Mapping, inventory and classification serve as the foundation for automation of key compliance requirements of privacy regulations. Organizations need to have the ability to fulfill new obligations like responding to requests from people who want to opt-out or delete their data and verify their identities, as detailed in latest draft guidance released in October by the California State Attorney General’s office. CCPA enforcement is focused on unauthorized third-party data sharing and deletion request fulfillment. Those are workflow processes that can — and should be — automated to ensure continuous compliance going forward.

  • Prepare for sustainable compliance

Compliance can’t be viewed as a single act or point-in-time event because data in your organization is constantly changing and moving around. Fulfilling user requests is an ongoing process, so you have to make sure you can respond at scale as the data state grows and changes. This requires tools to continuously map and automate to allow you to maintain compliance on a greater scale as things change over time. A recent survey found that only half of respondents said they were compliant by the May 25, 2018, GDPR deadline, despite having two years’ notice, and most took seven months or longer to get there. The CCPA takes effect January 1, 2020, and enforcement begins July 1, 2020. It’s never too early to get started, but it can be too late.
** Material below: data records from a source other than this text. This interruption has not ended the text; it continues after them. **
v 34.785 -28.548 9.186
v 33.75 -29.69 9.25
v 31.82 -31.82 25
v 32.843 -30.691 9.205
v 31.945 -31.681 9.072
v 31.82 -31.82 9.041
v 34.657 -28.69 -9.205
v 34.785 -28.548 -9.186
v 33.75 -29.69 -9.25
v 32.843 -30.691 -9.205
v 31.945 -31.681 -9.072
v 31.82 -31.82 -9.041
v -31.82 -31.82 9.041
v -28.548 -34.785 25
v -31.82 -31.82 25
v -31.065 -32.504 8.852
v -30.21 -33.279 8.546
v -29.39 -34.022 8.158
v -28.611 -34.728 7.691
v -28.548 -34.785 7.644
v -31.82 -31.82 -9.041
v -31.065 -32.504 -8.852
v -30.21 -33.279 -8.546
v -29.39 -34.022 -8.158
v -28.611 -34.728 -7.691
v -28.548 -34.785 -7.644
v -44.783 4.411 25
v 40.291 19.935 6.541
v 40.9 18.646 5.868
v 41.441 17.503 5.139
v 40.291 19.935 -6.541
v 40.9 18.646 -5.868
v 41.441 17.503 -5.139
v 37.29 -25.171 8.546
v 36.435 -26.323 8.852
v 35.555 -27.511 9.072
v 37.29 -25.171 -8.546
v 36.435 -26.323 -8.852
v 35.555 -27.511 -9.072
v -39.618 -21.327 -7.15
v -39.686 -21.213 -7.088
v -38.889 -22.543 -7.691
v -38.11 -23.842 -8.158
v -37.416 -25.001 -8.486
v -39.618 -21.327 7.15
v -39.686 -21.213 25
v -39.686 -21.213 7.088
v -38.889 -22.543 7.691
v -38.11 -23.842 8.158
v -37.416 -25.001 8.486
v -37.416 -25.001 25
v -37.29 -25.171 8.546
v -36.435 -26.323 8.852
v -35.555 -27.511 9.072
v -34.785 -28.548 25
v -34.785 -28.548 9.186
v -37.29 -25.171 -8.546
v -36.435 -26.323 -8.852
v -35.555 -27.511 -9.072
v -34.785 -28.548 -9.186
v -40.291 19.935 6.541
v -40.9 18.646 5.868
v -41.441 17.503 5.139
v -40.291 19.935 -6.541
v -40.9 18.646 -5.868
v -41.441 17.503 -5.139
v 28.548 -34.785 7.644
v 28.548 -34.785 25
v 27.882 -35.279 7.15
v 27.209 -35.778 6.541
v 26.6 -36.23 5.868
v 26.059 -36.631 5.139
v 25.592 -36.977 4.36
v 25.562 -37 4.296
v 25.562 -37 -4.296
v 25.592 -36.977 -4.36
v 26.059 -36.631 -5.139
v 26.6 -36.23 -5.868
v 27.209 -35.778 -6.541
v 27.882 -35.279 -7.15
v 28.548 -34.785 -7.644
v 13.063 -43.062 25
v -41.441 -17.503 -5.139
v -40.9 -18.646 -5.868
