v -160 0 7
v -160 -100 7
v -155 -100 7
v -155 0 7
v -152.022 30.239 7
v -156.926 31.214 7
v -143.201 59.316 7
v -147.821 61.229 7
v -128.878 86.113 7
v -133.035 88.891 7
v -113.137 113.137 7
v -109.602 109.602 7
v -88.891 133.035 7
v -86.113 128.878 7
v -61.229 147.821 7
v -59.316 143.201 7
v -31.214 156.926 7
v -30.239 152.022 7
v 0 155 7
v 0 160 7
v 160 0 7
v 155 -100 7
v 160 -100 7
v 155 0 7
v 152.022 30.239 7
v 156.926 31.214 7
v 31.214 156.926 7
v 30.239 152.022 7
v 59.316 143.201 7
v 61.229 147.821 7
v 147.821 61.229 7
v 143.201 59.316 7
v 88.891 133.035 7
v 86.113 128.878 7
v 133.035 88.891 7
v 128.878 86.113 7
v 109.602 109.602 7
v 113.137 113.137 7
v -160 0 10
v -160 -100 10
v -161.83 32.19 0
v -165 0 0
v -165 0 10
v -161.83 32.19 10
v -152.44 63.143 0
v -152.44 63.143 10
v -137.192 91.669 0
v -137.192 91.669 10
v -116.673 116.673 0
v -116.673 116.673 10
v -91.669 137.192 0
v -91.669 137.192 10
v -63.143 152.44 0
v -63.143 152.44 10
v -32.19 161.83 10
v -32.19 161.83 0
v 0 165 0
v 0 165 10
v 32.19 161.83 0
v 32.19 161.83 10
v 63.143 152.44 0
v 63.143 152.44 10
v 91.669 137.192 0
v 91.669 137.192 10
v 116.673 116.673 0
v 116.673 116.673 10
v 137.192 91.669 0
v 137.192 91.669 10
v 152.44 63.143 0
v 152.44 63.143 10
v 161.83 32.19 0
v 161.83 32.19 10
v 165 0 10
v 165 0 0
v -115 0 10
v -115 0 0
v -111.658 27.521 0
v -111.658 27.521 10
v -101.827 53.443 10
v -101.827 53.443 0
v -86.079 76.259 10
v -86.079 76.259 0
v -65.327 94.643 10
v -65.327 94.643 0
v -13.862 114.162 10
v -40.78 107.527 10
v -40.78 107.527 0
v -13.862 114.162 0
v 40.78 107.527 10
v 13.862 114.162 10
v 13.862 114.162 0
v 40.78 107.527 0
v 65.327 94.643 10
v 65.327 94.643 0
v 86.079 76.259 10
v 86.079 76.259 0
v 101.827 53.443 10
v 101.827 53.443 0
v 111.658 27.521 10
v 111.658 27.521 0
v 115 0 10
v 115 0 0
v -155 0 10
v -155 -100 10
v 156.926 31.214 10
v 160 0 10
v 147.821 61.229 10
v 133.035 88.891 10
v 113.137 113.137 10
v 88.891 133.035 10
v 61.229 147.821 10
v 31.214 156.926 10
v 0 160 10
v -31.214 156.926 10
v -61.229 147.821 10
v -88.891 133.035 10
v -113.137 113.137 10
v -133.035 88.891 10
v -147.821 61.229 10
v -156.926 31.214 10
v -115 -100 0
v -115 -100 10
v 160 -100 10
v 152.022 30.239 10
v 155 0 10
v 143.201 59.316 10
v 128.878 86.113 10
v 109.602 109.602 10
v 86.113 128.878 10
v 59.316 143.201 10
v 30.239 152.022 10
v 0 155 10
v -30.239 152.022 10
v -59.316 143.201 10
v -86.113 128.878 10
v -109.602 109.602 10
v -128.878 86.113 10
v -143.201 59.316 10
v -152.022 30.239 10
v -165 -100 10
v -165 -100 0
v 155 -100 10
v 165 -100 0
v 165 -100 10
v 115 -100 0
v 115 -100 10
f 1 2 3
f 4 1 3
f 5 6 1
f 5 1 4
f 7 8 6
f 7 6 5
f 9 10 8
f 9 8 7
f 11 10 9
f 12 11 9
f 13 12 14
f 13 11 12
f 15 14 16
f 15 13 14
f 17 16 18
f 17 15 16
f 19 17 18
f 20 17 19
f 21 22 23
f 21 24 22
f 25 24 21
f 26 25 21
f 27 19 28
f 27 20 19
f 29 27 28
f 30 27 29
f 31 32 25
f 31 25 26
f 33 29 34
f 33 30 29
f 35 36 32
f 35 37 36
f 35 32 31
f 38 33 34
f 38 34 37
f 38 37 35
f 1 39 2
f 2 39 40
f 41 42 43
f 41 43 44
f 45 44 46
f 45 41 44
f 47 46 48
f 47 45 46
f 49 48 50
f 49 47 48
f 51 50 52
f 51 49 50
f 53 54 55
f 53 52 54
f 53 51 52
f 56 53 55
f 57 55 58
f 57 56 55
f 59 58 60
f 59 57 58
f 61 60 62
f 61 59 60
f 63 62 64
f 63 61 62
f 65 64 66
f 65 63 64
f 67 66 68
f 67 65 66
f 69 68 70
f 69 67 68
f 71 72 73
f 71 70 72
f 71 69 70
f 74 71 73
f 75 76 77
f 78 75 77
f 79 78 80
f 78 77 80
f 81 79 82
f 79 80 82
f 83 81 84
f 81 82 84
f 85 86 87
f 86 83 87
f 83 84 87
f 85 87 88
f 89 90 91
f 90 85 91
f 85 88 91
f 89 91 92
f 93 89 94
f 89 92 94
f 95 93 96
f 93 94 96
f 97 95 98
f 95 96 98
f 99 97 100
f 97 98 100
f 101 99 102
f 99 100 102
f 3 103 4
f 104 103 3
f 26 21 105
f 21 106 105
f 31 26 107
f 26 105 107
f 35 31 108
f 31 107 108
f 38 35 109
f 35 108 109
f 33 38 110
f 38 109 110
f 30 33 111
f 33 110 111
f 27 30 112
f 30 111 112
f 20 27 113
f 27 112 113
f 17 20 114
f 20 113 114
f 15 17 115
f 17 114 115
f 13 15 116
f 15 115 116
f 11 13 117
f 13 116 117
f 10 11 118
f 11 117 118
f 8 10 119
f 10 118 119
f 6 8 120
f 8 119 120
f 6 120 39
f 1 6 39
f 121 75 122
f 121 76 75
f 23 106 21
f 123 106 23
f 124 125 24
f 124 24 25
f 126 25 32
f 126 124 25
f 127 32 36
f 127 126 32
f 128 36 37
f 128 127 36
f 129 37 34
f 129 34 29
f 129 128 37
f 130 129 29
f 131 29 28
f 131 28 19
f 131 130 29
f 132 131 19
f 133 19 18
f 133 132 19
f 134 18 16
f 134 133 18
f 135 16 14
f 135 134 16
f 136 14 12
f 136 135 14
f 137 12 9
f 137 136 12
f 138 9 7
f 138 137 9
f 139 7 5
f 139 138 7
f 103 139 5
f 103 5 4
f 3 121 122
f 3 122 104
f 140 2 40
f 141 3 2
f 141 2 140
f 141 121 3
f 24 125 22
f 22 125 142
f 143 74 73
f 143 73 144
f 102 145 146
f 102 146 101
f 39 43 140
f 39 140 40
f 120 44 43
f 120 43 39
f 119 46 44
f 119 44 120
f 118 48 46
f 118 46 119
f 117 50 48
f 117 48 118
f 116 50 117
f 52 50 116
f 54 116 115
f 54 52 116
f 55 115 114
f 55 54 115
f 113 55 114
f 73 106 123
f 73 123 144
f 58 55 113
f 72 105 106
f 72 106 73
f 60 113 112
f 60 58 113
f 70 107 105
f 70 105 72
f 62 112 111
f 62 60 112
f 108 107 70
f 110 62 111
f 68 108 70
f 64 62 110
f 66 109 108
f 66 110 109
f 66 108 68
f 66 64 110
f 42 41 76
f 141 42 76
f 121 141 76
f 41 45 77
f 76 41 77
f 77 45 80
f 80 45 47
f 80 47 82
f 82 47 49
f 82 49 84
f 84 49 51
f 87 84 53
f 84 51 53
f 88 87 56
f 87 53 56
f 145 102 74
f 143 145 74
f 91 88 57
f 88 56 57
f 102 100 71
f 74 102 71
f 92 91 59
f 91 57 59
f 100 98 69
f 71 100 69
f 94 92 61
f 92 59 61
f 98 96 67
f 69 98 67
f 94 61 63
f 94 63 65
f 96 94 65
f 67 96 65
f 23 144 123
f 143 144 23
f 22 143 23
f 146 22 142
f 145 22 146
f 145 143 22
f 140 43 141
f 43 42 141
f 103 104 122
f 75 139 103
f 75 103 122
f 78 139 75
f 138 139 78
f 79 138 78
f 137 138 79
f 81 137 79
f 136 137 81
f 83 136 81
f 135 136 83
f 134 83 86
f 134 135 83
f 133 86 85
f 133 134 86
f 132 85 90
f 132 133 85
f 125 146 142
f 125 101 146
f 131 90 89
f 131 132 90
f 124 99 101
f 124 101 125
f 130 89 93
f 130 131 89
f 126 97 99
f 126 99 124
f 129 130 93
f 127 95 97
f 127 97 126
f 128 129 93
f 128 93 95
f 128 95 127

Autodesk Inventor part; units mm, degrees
ref_plane "YZ Plane" through (0, 0, 0) normal (1, 0, 0) x (0, 1, 0)
ref_plane "XZ Plane" through (0, 0, 0) normal (0, 1, 0) x (-1, 0, 0)
ref_plane "XY Plane" through (0, 0, 0) normal (0, 0, 1) x (1, 0, 0)
sketch "Sketch1" plane through (0, 0, 0) normal (0, 0, 1) x (1, 0, 0)
  arc A0 (165, 0) -> (-165, 0) centre (0, 0) ccw
  line L0 (-165, 0) -> (-165, -100)
  line L1 (165, 0) -> (165, -100)
  arc A1 (-165, 0) -> (165, 0) centre (0, 0) ccw construction
  arc A2 (115, 0) -> (-115, 0) centre (0, 0) ccw
  line L2 (-115, 0) -> (-115, -100)
  line L3 (-115, -100) -> (-165, -100)
  line L4 (165, -100) -> (115, -100)
  line L5 (115, -100) -> (115, 0)
  arc A3 (-115, 0) -> (115, 0) centre (0, 0) ccw construction
  dimension "d0" = 330
  dimension "d1" = 100
  dimension "d2" = 100
  dimension "d4" = 230
extrude "Extrusion1" add sketch "Sketch1" along normal blind 10
sketch "Sketch2" plane through (0, 0, 10) normal (0, 0, 1) x (1, 0, 0)
  arc A0 (160, 0) -> (-160, 0) centre (0, 0) ccw
  arc A1 (155, 0) -> (-155, 0) centre (0, 0) ccw
  line L0 (-160, 0) -> (-160, -100)
  line L1 (-165, -100) -> (-115, -100) projected
  line L2 (-155, 0) -> (-155, -100)
  line L3 (155, 0) -> (155, -100)
  line L4 (115, -100) -> (165, -100) projected
  line L5 (160, 0) -> (160, -100)
  point P0 (160, -100)
  dimension "d7" = 320
  dimension "d8" = 310
extrude "Extrusion2" cut sketch "Sketch2" against normal blind 3
properties part number "Tapa Frontar y Posterior" material "Acrylic"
There is much to consider on the road to achieving CCPA (and even GDPR) compliance, but understanding what personal information is critical. Knowing where all your data resides and how it’s classified will help ensure that the data is accurate and managed properly under the new regulations. This personal data quagmire will get even worse as additional states enact data privacy legislation and if a federal law is adopted, but setting up systems to discover and identify data and enable new governance processes now will help with compliance regardless of what future regulations call for.